> [WHAT IS BEING ASKED] Set every entry down again exactly, omitting none.

(Saved entries)
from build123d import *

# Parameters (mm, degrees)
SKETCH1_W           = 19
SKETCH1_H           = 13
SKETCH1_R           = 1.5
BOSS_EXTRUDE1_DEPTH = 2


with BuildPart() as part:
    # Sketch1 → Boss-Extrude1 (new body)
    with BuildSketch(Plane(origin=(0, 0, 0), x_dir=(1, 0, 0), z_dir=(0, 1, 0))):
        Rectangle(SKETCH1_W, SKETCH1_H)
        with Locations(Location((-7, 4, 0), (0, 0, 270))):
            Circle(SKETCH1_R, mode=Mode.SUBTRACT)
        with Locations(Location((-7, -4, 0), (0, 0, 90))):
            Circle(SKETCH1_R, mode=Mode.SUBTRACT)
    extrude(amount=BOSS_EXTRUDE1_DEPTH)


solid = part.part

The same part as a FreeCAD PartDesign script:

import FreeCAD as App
import Part
import Sketcher
from FreeCAD import Vector

doc = App.newDocument("Part")
body = doc.addObject("PartDesign::Body", "Body")

sketch1 = doc.addObject("Sketcher::SketchObject", "Sketch")
body.addObject(sketch1)
sketch1.AttachmentSupport = (doc.XZ_Plane, [""])
sketch1.MapMode = "FlatFace"
sketch1.addGeometry(Part.LineSegment(Vector(-9.5, -6.5, 0), Vector(-9.5, 6.5, 0)), False)
sketch1.addGeometry(Part.LineSegment(Vector(-9.5, 6.5, 0), Vector(9.5, 6.5, 0)), False)
sketch1.addGeometry(Part.LineSegment(Vector(9.5, 6.5, 0), Vector(9.5, -6.5, 0)), False)
sketch1.addGeometry(Part.LineSegment(Vector(9.5, -6.5, 0), Vector(-9.5, -6.5, 0)), False)
sketch1.addGeometry(Part.Circle(Vector(-7, 4, 0), Vector(0, 0, 1), 1.5), False)
sketch1.addGeometry(Part.Circle(Vector(-7, -4, 0), Vector(0, 0, 1), 1.5), False)
sketch1.addConstraint(Sketcher.Constraint("Coincident", 0, 2, 1, 1))
sketch1.addConstraint(Sketcher.Constraint("Coincident", 1, 2, 2, 1))
sketch1.addConstraint(Sketcher.Constraint("Coincident", 2, 2, 3, 1))
sketch1.addConstraint(Sketcher.Constraint("Coincident", 3, 2, 0, 1))
sketch1.addConstraint(Sketcher.Constraint("Vertical", 0))
sketch1.addConstraint(Sketcher.Constraint("Horizontal", 1))
sketch1.addConstraint(Sketcher.Constraint("Vertical", 2))
sketch1.addConstraint(Sketcher.Constraint("Horizontal", 3))
sketch1.addConstraint(Sketcher.Constraint("Equal", 4, 5))
sketch1.addConstraint(Sketcher.Constraint("Symmetric", 0, 2, 2, 2, -1, 1))
sketch1.addConstraint(Sketcher.Constraint("Symmetric", 4, 3, 5, 3, -1))
sketch1.addConstraint(Sketcher.Constraint("Diameter", 4, 3.0))
sketch1.addConstraint(Sketcher.Constraint("DistanceX", 1, 1, 1, 2, 19.0))
sketch1.addConstraint(Sketcher.Constraint("DistanceY", 0, 1, 0, 2, 13.0))
sketch1.addConstraint(Sketcher.Constraint("DistanceX", 4, 3, -1, 1, 7.0))
sketch1.addConstraint(Sketcher.Constraint("DistanceY", -1, 1, 4, 3, 4.0))
pad1 = doc.addObject("PartDesign::Pad", "Pad")
body.addObject(pad1)
pad1.Profile = sketch1
pad1.Length = 2
pad1.Reversed = True

doc.recompute()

> [TASK RESULT]
from build123d import *

# Parameters (mm, degrees)
SKETCH1_W           = 19
SKETCH1_H           = 13
SKETCH1_R           = 1.5
BOSS_EXTRUDE1_DEPTH = 2


with BuildPart() as part:
    # Sketch1 → Boss-Extrude1 (new body)
    with BuildSketch(Plane(origin=(0, 0, 0), x_dir=(1, 0, 0), z_dir=(0, 1, 0))):
        Rectangle(SKETCH1_W, SKETCH1_H)
        with Locations(Location((-7, 4, 0), (0, 0, 270))):
            Circle(SKETCH1_R, mode=Mode.SUBTRACT)
        with Locations(Location((-7, -4, 0), (0, 0, 90))):
            Circle(SKETCH1_R, mode=Mode.SUBTRACT)
    extrude(amount=BOSS_EXTRUDE1_DEPTH)


solid = part.part

The same part as a FreeCAD PartDesign script:

import FreeCAD as App
import Part
import Sketcher
from FreeCAD import Vector

doc = App.newDocument("Part")
body = doc.addObject("PartDesign::Body", "Body")

sketch1 = doc.addObject("Sketcher::SketchObject", "Sketch")
body.addObject(sketch1)
sketch1.AttachmentSupport = (doc.XZ_Plane, [""])
sketch1.MapMode = "FlatFace"
sketch1.addGeometry(Part.LineSegment(Vector(-9.5, -6.5, 0), Vector(-9.5, 6.5, 0)), False)
sketch1.addGeometry(Part.LineSegment(Vector(-9.5, 6.5, 0), Vector(9.5, 6.5, 0)), False)
sketch1.addGeometry(Part.LineSegment(Vector(9.5, 6.5, 0), Vector(9.5, -6.5, 0)), False)
sketch1.addGeometry(Part.LineSegment(Vector(9.5, -6.5, 0), Vector(-9.5, -6.5, 0)), False)
sketch1.addGeometry(Part.Circle(Vector(-7, 4, 0), Vector(0, 0, 1), 1.5), False)
sketch1.addGeometry(Part.Circle(Vector(-7, -4, 0), Vector(0, 0, 1), 1.5), False)
sketch1.addConstraint(Sketcher.Constraint("Coincident", 0, 2, 1, 1))
sketch1.addConstraint(Sketcher.Constraint("Coincident", 1, 2, 2, 1))
sketch1.addConstraint(Sketcher.Constraint("Coincident", 2, 2, 3, 1))
sketch1.addConstraint(Sketcher.Constraint("Coincident", 3, 2, 0, 1))
sketch1.addConstraint(Sketcher.Constraint("Vertical", 0))
sketch1.addConstraint(Sketcher.Constraint("Horizontal", 1))
sketch1.addConstraint(Sketcher.Constraint("Vertical", 2))
sketch1.addConstraint(Sketcher.Constraint("Horizontal", 3))
sketch1.addConstraint(Sketcher.Constraint("Equal", 4, 5))
sketch1.addConstraint(Sketcher.Constraint("Symmetric", 0, 2, 2, 2, -1, 1))
sketch1.addConstraint(Sketcher.Constraint("Symmetric", 4, 3, 5, 3, -1))
sketch1.addConstraint(Sketcher.Constraint("Diameter", 4, 3.0))
sketch1.addConstraint(Sketcher.Constraint("DistanceX", 1, 1, 1, 2, 19.0))
sketch1.addConstraint(Sketcher.Constraint("DistanceY", 0, 1, 0, 2, 13.0))
sketch1.addConstraint(Sketcher.Constraint("DistanceX", 4, 3, -1, 1, 7.0))
sketch1.addConstraint(Sketcher.Constraint("DistanceY", -1, 1, 4, 3, 4.0))
pad1 = doc.addObject("PartDesign::Pad", "Pad")
body.addObject(pad1)
pad1.Profile = sketch1
pad1.Length = 2
pad1.Reversed = True

doc.recompute()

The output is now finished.